Totally agree. Love the book. I think we need to get behind in the Palestine solidarity movement: it’s a valuable tool for us, I think. Love your idea too: any rich people reading this? ;)
By the way, Ben tells me he’s looking at including a section on Gaza in the (possible) second edition.
This site is addictive. It can’t be helped. Great review, Qunfuz!
The masonic state is in all respects anachronistic and abnormal.
In many ways this is a reflection of the flawed and myopic vision of the elites who created it.Dominance of the civil affairs within the state by its Jewish majority was mandated by law when it was created in 1948.Yet the belligerent and intolerant ethno-state that now exists is the very antithesis of Herzl’s vision of a bourgeois secular liberal democracy.
Israeli apartheid is premised on the idea that all its non-Jewish residents are potential anti-semites who endanger their Jewish neighbours.Thus the Palestinians are perceived as a demographic threat.
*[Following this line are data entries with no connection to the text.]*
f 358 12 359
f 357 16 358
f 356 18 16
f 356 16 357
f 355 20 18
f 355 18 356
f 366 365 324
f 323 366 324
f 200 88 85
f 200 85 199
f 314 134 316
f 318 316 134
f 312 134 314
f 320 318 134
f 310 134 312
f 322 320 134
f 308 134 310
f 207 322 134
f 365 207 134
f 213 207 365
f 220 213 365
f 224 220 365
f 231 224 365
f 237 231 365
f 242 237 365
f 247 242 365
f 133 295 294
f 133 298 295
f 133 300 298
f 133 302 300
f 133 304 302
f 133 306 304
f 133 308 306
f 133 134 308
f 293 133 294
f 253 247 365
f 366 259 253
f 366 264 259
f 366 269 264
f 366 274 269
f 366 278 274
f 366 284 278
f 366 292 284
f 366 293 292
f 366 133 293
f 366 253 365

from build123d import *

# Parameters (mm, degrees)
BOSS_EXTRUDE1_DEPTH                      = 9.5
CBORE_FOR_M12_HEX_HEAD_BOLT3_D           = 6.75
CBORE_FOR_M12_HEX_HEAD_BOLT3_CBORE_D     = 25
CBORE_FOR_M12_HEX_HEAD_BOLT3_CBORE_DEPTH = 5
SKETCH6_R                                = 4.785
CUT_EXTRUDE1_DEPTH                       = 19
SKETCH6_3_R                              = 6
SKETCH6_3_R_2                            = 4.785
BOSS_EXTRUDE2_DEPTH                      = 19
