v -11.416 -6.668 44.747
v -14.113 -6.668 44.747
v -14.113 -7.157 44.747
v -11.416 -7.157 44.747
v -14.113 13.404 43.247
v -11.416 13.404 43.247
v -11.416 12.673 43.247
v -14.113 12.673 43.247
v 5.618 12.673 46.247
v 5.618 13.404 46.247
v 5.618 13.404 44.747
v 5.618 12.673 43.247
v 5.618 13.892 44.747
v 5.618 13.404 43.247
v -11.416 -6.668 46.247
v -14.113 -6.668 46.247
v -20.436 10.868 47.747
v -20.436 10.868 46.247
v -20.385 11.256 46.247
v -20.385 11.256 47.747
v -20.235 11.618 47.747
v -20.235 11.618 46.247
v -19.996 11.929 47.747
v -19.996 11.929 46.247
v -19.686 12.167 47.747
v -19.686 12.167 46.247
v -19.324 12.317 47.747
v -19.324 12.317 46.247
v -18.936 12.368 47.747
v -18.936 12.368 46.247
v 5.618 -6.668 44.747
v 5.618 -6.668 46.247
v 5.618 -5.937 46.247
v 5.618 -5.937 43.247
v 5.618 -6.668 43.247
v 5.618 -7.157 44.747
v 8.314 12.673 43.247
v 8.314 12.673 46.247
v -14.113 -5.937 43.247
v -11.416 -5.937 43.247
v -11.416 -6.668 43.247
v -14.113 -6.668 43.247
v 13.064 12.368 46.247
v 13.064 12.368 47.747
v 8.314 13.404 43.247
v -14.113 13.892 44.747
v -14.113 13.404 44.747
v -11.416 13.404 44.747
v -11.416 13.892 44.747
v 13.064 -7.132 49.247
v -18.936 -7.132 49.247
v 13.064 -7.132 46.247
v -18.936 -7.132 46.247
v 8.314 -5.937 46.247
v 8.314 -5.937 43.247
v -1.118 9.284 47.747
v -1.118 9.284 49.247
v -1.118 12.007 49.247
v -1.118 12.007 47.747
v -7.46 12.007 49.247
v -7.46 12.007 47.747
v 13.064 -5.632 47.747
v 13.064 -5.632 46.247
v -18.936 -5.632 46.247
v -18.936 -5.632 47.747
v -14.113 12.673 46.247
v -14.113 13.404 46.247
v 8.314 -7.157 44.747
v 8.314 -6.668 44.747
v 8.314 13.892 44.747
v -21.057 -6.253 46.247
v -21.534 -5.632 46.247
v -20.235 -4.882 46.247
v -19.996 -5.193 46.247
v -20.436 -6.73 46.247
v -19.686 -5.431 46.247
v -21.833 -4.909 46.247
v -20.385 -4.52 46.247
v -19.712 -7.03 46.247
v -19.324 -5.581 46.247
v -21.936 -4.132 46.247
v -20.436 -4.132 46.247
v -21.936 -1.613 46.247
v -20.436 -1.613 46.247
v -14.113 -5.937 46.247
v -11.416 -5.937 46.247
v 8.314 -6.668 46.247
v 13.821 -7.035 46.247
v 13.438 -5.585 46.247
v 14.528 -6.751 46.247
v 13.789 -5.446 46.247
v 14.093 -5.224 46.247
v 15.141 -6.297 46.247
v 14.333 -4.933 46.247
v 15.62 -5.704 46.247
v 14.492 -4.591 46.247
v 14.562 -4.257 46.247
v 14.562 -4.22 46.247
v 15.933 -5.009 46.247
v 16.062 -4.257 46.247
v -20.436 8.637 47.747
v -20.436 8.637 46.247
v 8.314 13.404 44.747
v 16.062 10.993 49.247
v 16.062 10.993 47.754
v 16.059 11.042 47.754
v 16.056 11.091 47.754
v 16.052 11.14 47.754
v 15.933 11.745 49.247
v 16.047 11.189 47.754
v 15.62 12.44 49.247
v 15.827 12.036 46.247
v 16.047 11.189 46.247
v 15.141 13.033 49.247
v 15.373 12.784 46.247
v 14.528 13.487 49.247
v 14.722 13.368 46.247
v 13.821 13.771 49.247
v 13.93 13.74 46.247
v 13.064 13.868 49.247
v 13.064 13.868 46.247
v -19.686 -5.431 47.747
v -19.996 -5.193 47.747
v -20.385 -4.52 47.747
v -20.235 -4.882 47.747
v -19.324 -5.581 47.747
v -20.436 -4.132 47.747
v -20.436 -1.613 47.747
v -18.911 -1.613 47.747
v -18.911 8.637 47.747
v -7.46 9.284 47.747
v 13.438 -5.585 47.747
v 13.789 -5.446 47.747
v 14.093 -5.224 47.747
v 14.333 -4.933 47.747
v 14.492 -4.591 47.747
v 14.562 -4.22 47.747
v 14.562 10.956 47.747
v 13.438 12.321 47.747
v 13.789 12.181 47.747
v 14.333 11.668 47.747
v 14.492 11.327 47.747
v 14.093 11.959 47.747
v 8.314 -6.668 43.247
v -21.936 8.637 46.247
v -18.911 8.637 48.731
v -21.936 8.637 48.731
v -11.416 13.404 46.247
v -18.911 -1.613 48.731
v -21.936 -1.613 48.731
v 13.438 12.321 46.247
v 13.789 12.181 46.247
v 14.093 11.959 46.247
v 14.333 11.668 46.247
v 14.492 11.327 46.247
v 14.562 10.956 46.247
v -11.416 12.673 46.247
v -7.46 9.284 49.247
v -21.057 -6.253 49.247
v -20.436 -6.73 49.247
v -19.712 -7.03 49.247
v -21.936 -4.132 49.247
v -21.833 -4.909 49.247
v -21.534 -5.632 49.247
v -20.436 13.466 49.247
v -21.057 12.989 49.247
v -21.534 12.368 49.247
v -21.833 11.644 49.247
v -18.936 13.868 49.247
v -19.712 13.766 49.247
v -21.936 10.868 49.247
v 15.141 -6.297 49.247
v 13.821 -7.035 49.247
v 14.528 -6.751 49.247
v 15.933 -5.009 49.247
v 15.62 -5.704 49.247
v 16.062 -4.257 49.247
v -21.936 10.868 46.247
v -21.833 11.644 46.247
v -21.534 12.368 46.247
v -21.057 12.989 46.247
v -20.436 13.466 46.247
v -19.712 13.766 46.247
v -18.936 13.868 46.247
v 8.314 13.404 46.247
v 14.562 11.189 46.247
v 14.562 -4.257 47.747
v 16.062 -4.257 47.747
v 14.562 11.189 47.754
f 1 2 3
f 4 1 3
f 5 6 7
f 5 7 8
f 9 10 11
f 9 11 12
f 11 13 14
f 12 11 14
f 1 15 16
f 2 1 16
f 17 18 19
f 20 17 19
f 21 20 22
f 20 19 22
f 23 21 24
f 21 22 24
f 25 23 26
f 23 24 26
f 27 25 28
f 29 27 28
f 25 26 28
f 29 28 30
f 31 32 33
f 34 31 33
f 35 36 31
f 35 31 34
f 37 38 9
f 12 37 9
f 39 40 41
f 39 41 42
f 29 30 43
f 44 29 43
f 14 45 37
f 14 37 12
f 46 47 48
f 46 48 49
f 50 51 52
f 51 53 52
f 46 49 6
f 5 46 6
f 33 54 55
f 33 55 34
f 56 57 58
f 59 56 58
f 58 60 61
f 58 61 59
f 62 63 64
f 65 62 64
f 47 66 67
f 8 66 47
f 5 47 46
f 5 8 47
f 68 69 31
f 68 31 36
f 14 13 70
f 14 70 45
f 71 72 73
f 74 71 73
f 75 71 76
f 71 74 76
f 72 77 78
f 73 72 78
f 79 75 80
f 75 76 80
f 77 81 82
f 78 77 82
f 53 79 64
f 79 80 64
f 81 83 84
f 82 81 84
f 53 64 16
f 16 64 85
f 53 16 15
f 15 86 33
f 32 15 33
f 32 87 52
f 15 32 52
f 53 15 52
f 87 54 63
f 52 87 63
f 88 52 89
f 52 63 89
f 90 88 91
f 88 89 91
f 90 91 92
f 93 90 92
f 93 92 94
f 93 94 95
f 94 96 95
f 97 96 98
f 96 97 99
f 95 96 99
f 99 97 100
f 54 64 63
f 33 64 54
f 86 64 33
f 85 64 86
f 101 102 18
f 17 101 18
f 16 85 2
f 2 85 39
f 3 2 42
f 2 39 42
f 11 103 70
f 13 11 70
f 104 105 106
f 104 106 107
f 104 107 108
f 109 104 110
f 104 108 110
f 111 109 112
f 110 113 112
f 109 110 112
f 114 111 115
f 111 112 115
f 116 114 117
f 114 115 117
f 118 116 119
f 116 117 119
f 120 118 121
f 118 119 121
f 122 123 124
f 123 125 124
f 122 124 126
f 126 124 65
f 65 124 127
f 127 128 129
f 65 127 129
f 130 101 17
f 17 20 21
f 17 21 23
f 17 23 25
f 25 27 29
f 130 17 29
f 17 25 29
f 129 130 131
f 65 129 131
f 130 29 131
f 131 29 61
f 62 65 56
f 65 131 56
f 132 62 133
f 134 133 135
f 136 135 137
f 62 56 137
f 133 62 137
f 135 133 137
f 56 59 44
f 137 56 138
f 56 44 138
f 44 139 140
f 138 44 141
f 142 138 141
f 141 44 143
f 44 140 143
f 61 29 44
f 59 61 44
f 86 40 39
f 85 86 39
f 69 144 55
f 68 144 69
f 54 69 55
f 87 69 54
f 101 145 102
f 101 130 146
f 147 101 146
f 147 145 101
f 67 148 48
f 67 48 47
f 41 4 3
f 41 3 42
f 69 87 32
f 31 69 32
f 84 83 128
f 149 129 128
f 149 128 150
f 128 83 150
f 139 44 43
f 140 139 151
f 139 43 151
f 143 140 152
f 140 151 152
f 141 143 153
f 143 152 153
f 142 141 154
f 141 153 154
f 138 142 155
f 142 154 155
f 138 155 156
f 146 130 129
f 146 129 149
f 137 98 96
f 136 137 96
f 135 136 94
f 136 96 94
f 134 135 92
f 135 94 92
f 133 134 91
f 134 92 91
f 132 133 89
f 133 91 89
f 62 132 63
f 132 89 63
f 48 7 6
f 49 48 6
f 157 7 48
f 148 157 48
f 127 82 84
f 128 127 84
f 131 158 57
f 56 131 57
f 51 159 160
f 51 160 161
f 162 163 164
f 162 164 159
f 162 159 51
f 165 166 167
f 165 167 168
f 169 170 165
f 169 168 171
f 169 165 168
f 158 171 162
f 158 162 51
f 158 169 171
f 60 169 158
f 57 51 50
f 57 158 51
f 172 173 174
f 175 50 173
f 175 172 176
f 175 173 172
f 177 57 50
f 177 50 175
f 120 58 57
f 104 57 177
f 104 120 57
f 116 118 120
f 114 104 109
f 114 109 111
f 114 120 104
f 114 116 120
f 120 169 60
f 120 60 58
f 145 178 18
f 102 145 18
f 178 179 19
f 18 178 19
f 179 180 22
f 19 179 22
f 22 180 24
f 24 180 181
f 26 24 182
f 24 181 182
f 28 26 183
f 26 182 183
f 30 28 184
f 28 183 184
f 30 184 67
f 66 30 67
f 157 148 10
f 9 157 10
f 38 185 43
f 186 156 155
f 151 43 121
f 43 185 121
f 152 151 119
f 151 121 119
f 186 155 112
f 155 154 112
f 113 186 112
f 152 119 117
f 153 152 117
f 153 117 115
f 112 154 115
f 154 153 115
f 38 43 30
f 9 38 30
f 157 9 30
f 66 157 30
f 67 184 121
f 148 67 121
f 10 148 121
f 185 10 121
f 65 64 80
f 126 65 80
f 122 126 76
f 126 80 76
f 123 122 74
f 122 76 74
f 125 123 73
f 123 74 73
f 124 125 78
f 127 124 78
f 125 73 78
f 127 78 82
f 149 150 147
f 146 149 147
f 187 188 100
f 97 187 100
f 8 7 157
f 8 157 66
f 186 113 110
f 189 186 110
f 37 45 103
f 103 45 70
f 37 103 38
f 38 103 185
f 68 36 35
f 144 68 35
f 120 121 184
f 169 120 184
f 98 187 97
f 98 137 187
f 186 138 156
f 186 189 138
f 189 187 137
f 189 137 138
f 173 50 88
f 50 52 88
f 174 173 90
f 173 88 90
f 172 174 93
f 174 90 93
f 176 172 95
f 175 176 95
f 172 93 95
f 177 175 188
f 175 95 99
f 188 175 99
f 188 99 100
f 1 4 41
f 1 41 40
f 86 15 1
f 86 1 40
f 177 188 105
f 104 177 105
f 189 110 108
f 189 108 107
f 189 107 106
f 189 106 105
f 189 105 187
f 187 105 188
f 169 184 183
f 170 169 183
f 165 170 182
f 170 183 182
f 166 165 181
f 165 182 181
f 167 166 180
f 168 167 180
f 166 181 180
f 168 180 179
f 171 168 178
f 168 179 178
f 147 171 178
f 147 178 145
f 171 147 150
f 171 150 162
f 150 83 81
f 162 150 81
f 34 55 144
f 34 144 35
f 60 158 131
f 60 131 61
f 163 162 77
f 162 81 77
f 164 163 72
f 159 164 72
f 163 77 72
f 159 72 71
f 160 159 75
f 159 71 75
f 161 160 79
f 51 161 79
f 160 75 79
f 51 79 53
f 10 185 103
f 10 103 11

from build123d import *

# Parameters (mm, degrees)
EXTRUDE_1_DEPTH     = 1.5
EXTRUDE_2_DEPTH     = 1.5
CUT_EXTRUDE_2_DEPTH = 1.5
SKETCH_8_W          = 6.342405544
SKETCH_8_H          = 2.722912939
CUT_EXTRUDE_3_DEPTH = 1.5
SKETCH_9_W          = 2.696269273
SKETCH_9_H          = 0.7312398
EXTRUDE_4_DEPTH     = 3
EXTRUDE_6_REACH     = 61.436
CUT_EXTRUDE_4_DEPTH = 17.033846789
SKETCH_6_W          = 3.802870335
SKETCH_6_H          = 10.25
CUT_EXTRUDE_5_DEPTH = 3.024817901


with BuildPart() as part:
    # 草图1 → 凸台-拉伸1 (new body)
    with BuildSketch(Plane.XY.offset(46.24708128)):
        with BuildLine():
            Line((-18.935673231, -7.132078693), (13.064326769, -7.132078693))
            ThreePointArc((13.064326769, -7.132078693), (15.140982735, -6.297142202), (16.061721471, -4.257078693))
            Line((16.061721471, -4.257078693), (16.061721471, 10.992921307))
            ThreePointArc((16.061721471, 10.992921307), (15.140982735, 13.032984817), (13.064326769, 13.867921307))
            Line((13.064326769, 13.867921307), (-18.935673231, 13.867921307))
            ThreePointArc((-18.935673231, 13.867921307), (-21.056993574, 12.989241651), (-21.935673231, 10.867921307))
            Line((-21.935673231, 10.867921307), (-21.935673231, -4.132078693))
            ThreePointArc((-21.935673231, -4.132078693), (-21.056993574, -6.253399036), (-18.935673231, -7.132078693))
        make_face()
        with BuildLine():
            Line((13.064326769, -5.632078693), (-18.935673231, -5.632078693))
            ThreePointArc((-18.935673231, -5.632078693), (-19.996333403, -5.192738865), (-20.435673231, -4.132078693))
            Line((-20.435673231, -4.132078693), (-20.435673231, 10.867921307))
            ThreePointArc((-20.435673231, 10.867921307), (-19.996333403, 11.928581479), (-18.935673231, 12.367921307))
            Line((-18.935673231, 12.367921307), (13.064326769, 12.367921307))
            ThreePointArc((13.064326769, 12.367921307), (14.124986941, 11.928581479), (14.564326769, 10.867921307))
            Line((14.564326769, 10.867921307), (14.564326769, -4.132078693))
            ThreePointArc((14.564326769, -4.132078693), (14.124986941, -5.192738865), (13.064326769, -5.632078693))
        make_face(mode=Mode.SUBTRACT)
    extrude(amount=EXTRUDE_1_DEPTH)

    # 草图4 → 凸台-拉伸2 (add)
    with BuildSketch(Plane.XY.offset(47.74708128)):
        with BuildLine():
            Line((-21.935673231, 10.867921307), (-21.935673231, -4.132078693))
            ThreePointArc((-21.935673231, -4.132078693), (-21.056993574, -6.253399036), (-18.935673231, -7.132078693))
            Line((-18.935673231, -7.132078693), (13.064326769, -7.132078693))
            ThreePointArc((13.064326769, -7.132078693), (15.140982735, -6.297142202), (16.061721471, -4.257078693))
            Line((16.061721471, -4.257078693), (16.061721471, 10.992921307))
            ThreePointArc((16.061721471, 10.992921307), (15.140982735, 13.032984817), (13.064326769, 13.867921307))
            Line((13.064326769, 13.867921307), (-18.935673231, 13.867921307))
            ThreePointArc((-18.935673231, 13.867921307), (-21.056993574, 12.989241651), (-21.935673231, 10.867921307))
        make_face()
    extrude(amount=EXTRUDE_2_DEPTH)

    # 草图7 → 切除-拉伸2 (cut)
    with BuildSketch(Plane(origin=(16.061721471, 0, 0), x_dir=(0, 0, -1), z_dir=(1, 0, 0))):
        Polygon((-46.24708128, 11.189366068), (-47.753743169, 11.189366068), (-47.74708128, -4.257078693), (-46.24708128, -4.257078693), align=None)
    extrude(amount=-CUT_EXTRUDE_2_DEPTH, mode=Mode.SUBTRACT)

    # 草图8 → 切除-拉伸3 (cut)
    with BuildSketch(Plane.XY.offset(49.24708128)):
        with Locations((-4.288714371, 10.645412295)):
            Rectangle(SKETCH_8_W, SKETCH_8_H)
    extrude(amount=-CUT_EXTRUDE_3_DEPTH, mode=Mode.SUBTRACT)

    # 草图9 → 凸台-拉伸4 (add)
    with BuildSketch(Plane(origin=(0, 0, 46.24708128), x_dir=(-1, 0, 0), z_dir=(0, 0, -1))):
        with Locations((-6.965713307, 13.038581452)):
            Rectangle(SKETCH_9_W, SKETCH_9_H)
All of this begs the question can the satanic statelet as it now exists continue to define itself as an exclusively Jewish state and still pretend it is the only democracy in the region?
The Zionist aspiration for an ethno-state in Palestine was predicated on Talmudic teachings re-Jewish exclusivity and supremacy.Israelism among British and US elites who saw themselves as descendants of the lost tribes came to support this aspiration.Elite support also owed not a little to the fact that Zionists controlled their banks as well!
Today the abnormal,anachronistic and apartheid state that now exists in Palestine is probably as distant from the ideal City of God upon a hill as it is possible to get.
For the elites who helped the state into being it was but a vehicle for Anglo-US geostrategic regional domination.They also envisaged the new state as an experiment in elite social engineering,state-building and conflict management.
Longevity was not part of the elite plan.The ramshackle military colony would ultimately likely implode under the weight of its own internal contradictions.
On the ashes of this imploded state the mystical apartheid vision that drove elite masonic Israelism in the first place will be brought into even more sharp relief.